**Problem:**
Among the records that follow, set down only the lines from the one containing "#195=ORIENTED_EDGE('',*,*,#162,.F.);" to the one containing "END-ISO-10303-21;", both included, exactly.

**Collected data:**

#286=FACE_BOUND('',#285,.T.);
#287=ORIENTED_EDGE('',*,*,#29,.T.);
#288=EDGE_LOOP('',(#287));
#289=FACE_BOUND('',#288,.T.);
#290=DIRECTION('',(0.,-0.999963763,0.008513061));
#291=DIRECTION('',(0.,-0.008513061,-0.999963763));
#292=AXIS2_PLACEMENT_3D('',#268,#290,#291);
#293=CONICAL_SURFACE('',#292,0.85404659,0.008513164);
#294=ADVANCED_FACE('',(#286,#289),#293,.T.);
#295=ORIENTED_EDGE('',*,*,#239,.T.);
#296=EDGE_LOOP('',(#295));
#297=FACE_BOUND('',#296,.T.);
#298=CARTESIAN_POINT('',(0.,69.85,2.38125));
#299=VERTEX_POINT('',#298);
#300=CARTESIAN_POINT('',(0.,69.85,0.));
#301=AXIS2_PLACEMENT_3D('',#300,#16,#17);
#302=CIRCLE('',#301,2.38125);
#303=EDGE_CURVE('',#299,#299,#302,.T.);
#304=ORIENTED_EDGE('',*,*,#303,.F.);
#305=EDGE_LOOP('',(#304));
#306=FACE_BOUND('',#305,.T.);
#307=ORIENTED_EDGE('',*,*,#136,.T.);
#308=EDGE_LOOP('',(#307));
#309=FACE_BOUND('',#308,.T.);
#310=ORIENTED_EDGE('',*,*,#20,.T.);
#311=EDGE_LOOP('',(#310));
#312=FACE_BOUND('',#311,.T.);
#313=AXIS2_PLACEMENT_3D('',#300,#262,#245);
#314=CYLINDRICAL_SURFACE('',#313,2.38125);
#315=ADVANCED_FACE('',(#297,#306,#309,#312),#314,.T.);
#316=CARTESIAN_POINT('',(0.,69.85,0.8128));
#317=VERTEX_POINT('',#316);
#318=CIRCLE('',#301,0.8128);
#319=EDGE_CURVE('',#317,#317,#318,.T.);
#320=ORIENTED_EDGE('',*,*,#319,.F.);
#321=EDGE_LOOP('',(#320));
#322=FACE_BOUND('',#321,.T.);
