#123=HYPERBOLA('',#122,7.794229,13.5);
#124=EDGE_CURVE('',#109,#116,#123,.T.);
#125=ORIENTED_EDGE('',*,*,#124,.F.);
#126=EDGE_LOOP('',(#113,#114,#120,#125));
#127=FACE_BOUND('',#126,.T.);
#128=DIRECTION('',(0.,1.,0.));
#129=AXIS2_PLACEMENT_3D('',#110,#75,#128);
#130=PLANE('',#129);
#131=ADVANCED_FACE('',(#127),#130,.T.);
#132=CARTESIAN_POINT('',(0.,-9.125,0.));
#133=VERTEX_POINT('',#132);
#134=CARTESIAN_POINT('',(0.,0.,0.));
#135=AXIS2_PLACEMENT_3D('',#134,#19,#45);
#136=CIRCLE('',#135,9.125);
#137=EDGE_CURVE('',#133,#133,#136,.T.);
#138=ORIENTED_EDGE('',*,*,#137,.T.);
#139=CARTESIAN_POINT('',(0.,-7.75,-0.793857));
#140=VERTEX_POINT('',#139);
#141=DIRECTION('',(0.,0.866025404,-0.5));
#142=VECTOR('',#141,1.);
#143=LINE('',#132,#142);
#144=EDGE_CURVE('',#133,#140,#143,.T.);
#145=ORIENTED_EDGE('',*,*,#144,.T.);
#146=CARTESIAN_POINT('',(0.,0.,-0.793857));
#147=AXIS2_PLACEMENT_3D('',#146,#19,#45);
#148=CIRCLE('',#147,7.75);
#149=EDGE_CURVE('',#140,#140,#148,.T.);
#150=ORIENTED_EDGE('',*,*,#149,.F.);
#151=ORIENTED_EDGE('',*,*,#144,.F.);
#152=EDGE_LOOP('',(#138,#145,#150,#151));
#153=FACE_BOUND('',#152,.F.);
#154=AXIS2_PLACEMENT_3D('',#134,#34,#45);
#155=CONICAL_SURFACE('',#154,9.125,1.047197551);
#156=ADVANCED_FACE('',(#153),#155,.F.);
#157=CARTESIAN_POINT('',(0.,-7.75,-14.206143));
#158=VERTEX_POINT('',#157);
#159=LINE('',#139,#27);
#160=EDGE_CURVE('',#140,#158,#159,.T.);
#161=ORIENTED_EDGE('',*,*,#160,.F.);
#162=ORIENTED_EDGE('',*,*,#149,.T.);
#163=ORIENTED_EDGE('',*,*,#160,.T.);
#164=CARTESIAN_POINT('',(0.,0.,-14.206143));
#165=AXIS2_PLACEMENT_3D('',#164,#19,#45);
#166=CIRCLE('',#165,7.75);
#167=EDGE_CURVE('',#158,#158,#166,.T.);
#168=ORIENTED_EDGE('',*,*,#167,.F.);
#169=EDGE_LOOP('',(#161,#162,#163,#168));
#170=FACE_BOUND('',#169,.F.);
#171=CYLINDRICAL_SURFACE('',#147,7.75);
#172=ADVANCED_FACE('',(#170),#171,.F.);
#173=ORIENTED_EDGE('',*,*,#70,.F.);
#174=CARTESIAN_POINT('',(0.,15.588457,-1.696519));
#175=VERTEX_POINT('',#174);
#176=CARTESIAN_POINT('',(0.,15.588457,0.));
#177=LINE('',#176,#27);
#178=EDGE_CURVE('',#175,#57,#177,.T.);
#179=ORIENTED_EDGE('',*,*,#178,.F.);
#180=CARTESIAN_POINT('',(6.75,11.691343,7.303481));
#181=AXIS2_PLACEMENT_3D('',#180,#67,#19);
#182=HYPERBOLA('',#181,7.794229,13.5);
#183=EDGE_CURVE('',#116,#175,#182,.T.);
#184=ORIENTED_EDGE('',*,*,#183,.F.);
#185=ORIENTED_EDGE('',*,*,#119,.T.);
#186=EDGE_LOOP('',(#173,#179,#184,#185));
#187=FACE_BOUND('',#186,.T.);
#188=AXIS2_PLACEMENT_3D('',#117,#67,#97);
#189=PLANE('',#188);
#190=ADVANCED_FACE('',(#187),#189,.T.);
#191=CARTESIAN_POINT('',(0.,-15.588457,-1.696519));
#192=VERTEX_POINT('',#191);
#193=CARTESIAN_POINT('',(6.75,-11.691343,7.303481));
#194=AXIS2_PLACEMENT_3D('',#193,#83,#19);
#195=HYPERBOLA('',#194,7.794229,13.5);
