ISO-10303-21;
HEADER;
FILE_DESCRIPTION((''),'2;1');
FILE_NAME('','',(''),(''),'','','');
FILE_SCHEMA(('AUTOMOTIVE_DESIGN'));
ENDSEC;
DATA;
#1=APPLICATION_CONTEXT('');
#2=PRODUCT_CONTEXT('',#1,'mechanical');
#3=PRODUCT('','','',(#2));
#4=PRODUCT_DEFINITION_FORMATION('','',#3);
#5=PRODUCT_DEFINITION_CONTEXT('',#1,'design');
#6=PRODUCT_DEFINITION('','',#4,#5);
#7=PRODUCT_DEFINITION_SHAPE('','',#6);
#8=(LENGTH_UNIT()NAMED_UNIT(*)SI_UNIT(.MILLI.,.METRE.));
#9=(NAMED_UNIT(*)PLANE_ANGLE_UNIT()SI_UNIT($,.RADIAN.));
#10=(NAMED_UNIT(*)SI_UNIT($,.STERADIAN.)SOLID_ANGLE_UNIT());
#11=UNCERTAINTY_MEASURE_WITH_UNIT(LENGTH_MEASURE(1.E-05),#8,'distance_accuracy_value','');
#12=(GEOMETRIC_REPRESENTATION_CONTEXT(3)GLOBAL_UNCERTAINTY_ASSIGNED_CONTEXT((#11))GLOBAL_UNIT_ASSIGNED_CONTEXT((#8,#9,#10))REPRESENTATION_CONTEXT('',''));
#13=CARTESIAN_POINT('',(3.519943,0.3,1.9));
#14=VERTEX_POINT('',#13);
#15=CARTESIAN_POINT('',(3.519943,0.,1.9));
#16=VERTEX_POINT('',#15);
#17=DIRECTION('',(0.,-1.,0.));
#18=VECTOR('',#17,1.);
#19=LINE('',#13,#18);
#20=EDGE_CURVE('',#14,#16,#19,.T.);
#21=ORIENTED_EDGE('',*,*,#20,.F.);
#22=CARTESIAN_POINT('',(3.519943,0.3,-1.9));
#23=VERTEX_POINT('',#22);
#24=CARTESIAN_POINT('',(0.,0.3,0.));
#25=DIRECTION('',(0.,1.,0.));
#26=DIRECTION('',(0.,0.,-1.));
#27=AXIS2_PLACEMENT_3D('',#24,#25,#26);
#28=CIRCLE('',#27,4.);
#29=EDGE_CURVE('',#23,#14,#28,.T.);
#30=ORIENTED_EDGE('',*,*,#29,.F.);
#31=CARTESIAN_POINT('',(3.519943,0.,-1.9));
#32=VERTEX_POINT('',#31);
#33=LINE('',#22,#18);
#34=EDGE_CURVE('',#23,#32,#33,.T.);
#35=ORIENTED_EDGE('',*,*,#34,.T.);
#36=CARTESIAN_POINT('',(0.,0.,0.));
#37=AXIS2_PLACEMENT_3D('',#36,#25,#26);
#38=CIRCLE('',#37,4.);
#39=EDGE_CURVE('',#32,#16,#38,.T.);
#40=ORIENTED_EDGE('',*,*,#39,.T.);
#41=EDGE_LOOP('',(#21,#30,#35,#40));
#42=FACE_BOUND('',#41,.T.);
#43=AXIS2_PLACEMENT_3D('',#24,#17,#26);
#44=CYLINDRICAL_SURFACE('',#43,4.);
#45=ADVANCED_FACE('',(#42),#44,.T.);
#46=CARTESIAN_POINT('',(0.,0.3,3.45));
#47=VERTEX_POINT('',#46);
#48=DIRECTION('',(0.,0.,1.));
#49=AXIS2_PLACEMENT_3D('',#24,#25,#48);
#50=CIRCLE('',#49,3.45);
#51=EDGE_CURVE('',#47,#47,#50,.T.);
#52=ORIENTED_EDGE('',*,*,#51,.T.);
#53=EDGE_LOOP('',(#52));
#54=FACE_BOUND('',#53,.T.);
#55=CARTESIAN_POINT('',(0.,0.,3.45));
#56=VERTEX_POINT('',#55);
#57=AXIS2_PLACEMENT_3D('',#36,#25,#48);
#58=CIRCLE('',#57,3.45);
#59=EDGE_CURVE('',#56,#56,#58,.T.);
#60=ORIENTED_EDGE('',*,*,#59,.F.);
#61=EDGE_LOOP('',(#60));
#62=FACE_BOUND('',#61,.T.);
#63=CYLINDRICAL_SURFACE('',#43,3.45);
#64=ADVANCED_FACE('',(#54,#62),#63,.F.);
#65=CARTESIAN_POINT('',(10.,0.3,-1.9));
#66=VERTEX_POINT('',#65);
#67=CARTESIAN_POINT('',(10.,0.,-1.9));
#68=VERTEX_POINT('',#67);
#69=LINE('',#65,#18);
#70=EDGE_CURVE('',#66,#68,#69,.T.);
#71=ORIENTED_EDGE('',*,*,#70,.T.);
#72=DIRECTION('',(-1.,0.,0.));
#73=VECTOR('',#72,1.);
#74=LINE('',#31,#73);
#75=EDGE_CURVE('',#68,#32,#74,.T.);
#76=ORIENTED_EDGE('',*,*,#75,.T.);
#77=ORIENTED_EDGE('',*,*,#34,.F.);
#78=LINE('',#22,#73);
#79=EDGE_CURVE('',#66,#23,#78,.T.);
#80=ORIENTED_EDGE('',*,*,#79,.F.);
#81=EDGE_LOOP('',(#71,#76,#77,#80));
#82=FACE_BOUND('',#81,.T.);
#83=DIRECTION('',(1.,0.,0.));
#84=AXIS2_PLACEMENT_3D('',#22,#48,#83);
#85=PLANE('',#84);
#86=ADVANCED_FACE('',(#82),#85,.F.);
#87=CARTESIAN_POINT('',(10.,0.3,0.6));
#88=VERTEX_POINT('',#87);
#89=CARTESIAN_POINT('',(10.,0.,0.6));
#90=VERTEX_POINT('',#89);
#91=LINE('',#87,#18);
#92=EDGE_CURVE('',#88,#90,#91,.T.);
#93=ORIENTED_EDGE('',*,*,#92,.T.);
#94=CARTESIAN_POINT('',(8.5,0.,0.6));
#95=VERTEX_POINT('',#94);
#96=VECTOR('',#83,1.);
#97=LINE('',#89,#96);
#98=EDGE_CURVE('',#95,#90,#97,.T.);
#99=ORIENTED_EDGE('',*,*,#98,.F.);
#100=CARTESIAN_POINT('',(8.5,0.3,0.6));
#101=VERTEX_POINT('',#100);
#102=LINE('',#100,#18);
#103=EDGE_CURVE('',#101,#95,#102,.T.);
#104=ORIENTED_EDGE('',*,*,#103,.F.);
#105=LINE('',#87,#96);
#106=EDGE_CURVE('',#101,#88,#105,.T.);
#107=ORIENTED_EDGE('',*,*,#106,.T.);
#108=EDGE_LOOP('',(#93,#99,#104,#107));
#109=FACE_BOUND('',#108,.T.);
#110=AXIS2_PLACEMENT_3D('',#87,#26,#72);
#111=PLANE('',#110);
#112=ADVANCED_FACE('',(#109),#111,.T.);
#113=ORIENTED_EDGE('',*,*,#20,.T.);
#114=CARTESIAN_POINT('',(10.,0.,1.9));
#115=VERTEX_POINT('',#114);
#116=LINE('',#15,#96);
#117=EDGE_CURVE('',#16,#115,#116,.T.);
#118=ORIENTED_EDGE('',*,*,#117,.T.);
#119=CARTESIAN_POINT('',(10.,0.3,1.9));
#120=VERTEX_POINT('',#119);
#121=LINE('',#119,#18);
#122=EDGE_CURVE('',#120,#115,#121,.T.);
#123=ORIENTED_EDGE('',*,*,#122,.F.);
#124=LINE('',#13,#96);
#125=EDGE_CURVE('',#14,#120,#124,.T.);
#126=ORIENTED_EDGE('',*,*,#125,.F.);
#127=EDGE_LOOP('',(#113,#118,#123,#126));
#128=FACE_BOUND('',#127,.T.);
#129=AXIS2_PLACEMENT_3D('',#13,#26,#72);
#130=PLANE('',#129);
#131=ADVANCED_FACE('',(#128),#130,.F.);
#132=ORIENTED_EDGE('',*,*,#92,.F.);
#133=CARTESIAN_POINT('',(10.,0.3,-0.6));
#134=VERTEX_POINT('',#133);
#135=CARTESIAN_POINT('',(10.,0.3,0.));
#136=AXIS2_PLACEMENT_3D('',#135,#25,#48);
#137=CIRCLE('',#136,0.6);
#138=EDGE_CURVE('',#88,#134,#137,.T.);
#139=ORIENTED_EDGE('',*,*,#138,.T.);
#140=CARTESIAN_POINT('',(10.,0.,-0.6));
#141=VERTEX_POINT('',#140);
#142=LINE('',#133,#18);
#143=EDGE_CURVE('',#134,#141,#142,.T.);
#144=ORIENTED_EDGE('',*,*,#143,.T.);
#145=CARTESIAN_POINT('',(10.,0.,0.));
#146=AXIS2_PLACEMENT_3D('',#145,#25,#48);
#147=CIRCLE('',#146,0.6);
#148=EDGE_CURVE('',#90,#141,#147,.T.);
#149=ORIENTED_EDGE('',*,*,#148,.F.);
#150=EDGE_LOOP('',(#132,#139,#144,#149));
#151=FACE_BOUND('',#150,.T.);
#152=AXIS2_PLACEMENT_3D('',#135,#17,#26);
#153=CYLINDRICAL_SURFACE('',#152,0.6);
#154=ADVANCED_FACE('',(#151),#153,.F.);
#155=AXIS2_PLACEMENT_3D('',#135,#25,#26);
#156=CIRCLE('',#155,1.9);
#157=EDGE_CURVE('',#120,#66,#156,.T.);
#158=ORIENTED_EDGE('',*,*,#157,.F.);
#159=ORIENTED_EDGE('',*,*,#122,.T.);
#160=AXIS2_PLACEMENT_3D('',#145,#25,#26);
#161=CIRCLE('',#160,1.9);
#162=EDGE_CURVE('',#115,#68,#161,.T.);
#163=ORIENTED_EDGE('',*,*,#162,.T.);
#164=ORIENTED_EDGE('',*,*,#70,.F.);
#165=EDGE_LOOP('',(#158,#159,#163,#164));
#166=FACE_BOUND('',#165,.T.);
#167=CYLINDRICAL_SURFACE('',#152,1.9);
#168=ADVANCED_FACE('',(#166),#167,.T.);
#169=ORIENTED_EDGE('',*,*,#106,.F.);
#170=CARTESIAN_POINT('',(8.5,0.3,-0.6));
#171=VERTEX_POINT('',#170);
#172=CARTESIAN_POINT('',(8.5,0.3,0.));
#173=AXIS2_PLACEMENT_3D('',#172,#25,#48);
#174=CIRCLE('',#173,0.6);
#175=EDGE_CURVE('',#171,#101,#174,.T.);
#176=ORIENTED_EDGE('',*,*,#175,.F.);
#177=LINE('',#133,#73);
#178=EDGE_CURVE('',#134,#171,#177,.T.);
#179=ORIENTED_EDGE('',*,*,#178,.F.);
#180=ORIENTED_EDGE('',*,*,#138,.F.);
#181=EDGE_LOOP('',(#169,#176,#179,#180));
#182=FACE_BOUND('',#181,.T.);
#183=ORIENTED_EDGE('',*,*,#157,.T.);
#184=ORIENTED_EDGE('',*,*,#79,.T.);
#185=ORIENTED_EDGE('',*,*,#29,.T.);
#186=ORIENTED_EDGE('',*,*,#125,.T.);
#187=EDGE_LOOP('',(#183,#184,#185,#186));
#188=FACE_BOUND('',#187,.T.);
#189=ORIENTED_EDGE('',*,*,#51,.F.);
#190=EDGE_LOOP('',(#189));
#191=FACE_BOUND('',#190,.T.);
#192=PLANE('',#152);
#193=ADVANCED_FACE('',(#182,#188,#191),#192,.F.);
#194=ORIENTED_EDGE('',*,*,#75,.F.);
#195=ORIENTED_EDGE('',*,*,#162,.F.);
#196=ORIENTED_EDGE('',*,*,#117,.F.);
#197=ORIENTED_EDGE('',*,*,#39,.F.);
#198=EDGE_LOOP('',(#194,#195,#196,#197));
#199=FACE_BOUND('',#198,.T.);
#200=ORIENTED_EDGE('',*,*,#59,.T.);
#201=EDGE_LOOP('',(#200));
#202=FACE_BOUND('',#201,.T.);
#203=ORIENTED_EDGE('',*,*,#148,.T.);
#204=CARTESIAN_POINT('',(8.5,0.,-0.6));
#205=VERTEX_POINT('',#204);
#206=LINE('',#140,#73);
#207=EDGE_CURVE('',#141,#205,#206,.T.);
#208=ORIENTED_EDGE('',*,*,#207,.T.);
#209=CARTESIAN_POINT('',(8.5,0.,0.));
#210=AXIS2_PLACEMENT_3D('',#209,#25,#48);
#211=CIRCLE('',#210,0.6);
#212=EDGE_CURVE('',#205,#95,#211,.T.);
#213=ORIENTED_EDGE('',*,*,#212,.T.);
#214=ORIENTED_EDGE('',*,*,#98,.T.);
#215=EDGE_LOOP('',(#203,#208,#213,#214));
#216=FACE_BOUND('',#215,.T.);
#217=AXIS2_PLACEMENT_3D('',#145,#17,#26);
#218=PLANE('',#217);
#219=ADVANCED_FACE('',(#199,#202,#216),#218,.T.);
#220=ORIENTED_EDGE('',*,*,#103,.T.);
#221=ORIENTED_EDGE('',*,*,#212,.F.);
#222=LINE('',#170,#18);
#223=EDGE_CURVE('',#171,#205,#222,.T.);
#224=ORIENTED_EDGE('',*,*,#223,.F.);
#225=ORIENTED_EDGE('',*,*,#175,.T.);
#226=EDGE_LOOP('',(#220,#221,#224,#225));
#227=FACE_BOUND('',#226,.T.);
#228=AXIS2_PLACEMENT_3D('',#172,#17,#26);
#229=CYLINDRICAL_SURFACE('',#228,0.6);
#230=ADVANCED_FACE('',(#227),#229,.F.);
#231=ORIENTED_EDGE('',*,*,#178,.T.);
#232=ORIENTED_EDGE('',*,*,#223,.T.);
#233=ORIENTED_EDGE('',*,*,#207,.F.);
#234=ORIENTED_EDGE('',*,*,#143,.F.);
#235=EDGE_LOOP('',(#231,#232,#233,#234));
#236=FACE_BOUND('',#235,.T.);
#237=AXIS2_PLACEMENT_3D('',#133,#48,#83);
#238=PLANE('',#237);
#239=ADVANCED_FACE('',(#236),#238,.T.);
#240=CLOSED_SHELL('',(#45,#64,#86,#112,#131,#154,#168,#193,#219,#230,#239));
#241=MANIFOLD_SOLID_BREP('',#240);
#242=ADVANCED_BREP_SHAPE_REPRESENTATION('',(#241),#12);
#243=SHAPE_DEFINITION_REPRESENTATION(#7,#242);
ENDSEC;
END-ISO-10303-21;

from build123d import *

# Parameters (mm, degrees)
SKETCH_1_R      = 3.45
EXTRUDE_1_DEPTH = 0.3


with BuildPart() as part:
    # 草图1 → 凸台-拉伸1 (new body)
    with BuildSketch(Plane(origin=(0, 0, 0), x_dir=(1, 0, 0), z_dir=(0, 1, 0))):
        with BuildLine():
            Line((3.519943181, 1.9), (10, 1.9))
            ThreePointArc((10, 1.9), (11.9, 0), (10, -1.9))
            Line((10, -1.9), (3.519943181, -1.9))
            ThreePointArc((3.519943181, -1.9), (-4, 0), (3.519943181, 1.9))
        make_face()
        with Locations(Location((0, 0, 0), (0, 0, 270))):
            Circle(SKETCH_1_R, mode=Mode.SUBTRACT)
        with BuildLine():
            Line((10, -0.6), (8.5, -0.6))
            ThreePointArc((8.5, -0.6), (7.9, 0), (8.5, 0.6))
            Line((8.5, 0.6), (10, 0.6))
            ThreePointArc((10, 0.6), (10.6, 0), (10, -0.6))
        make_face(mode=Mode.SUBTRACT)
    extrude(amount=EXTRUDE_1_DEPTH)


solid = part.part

**Solution to this problem:**
#195=ORIENTED_EDGE('',*,*,#162,.F.);
#196=ORIENTED_EDGE('',*,*,#117,.F.);
#197=ORIENTED_EDGE('',*,*,#39,.F.);
#198=EDGE_LOOP('',(#194,#195,#196,#197));
#199=FACE_BOUND('',#198,.T.);
#200=ORIENTED_EDGE('',*,*,#59,.T.);
#201=EDGE_LOOP('',(#200));
#202=FACE_BOUND('',#201,.T.);
#203=ORIENTED_EDGE('',*,*,#148,.T.);
#204=CARTESIAN_POINT('',(8.5,0.,-0.6));
#205=VERTEX_POINT('',#204);
#206=LINE('',#140,#73);
#207=EDGE_CURVE('',#141,#205,#206,.T.);
#208=ORIENTED_EDGE('',*,*,#207,.T.);
#209=CARTESIAN_POINT('',(8.5,0.,0.));
#210=AXIS2_PLACEMENT_3D('',#209,#25,#48);
#211=CIRCLE('',#210,0.6);
#212=EDGE_CURVE('',#205,#95,#211,.T.);
#213=ORIENTED_EDGE('',*,*,#212,.T.);
#214=ORIENTED_EDGE('',*,*,#98,.T.);
#215=EDGE_LOOP('',(#203,#208,#213,#214));
#216=FACE_BOUND('',#215,.T.);
#217=AXIS2_PLACEMENT_3D('',#145,#17,#26);
#218=PLANE('',#217);
#219=ADVANCED_FACE('',(#199,#202,#216),#218,.T.);
#220=ORIENTED_EDGE('',*,*,#103,.T.);
#221=ORIENTED_EDGE('',*,*,#212,.F.);
#222=LINE('',#170,#18);
#223=EDGE_CURVE('',#171,#205,#222,.T.);
#224=ORIENTED_EDGE('',*,*,#223,.F.);
#225=ORIENTED_EDGE('',*,*,#175,.T.);
#226=EDGE_LOOP('',(#220,#221,#224,#225));
#227=FACE_BOUND('',#226,.T.);
#228=AXIS2_PLACEMENT_3D('',#172,#17,#26);
#229=CYLINDRICAL_SURFACE('',#228,0.6);
#230=ADVANCED_FACE('',(#227),#229,.F.);
#231=ORIENTED_EDGE('',*,*,#178,.T.);
#232=ORIENTED_EDGE('',*,*,#223,.T.);
#233=ORIENTED_EDGE('',*,*,#207,.F.);
#234=ORIENTED_EDGE('',*,*,#143,.F.);
#235=EDGE_LOOP('',(#231,#232,#233,#234));
#236=FACE_BOUND('',#235,.T.);
#237=AXIS2_PLACEMENT_3D('',#133,#48,#83);
#238=PLANE('',#237);
#239=ADVANCED_FACE('',(#236),#238,.T.);
#240=CLOSED_SHELL('',(#45,#64,#86,#112,#131,#154,#168,#193,#219,#230,#239));
#241=MANIFOLD_SOLID_BREP('',#240);
#242=ADVANCED_BREP_SHAPE_REPRESENTATION('',(#241),#12);
#243=SHAPE_DEFINITION_REPRESENTATION(#7,#242);
ENDSEC;
END-ISO-10303-21;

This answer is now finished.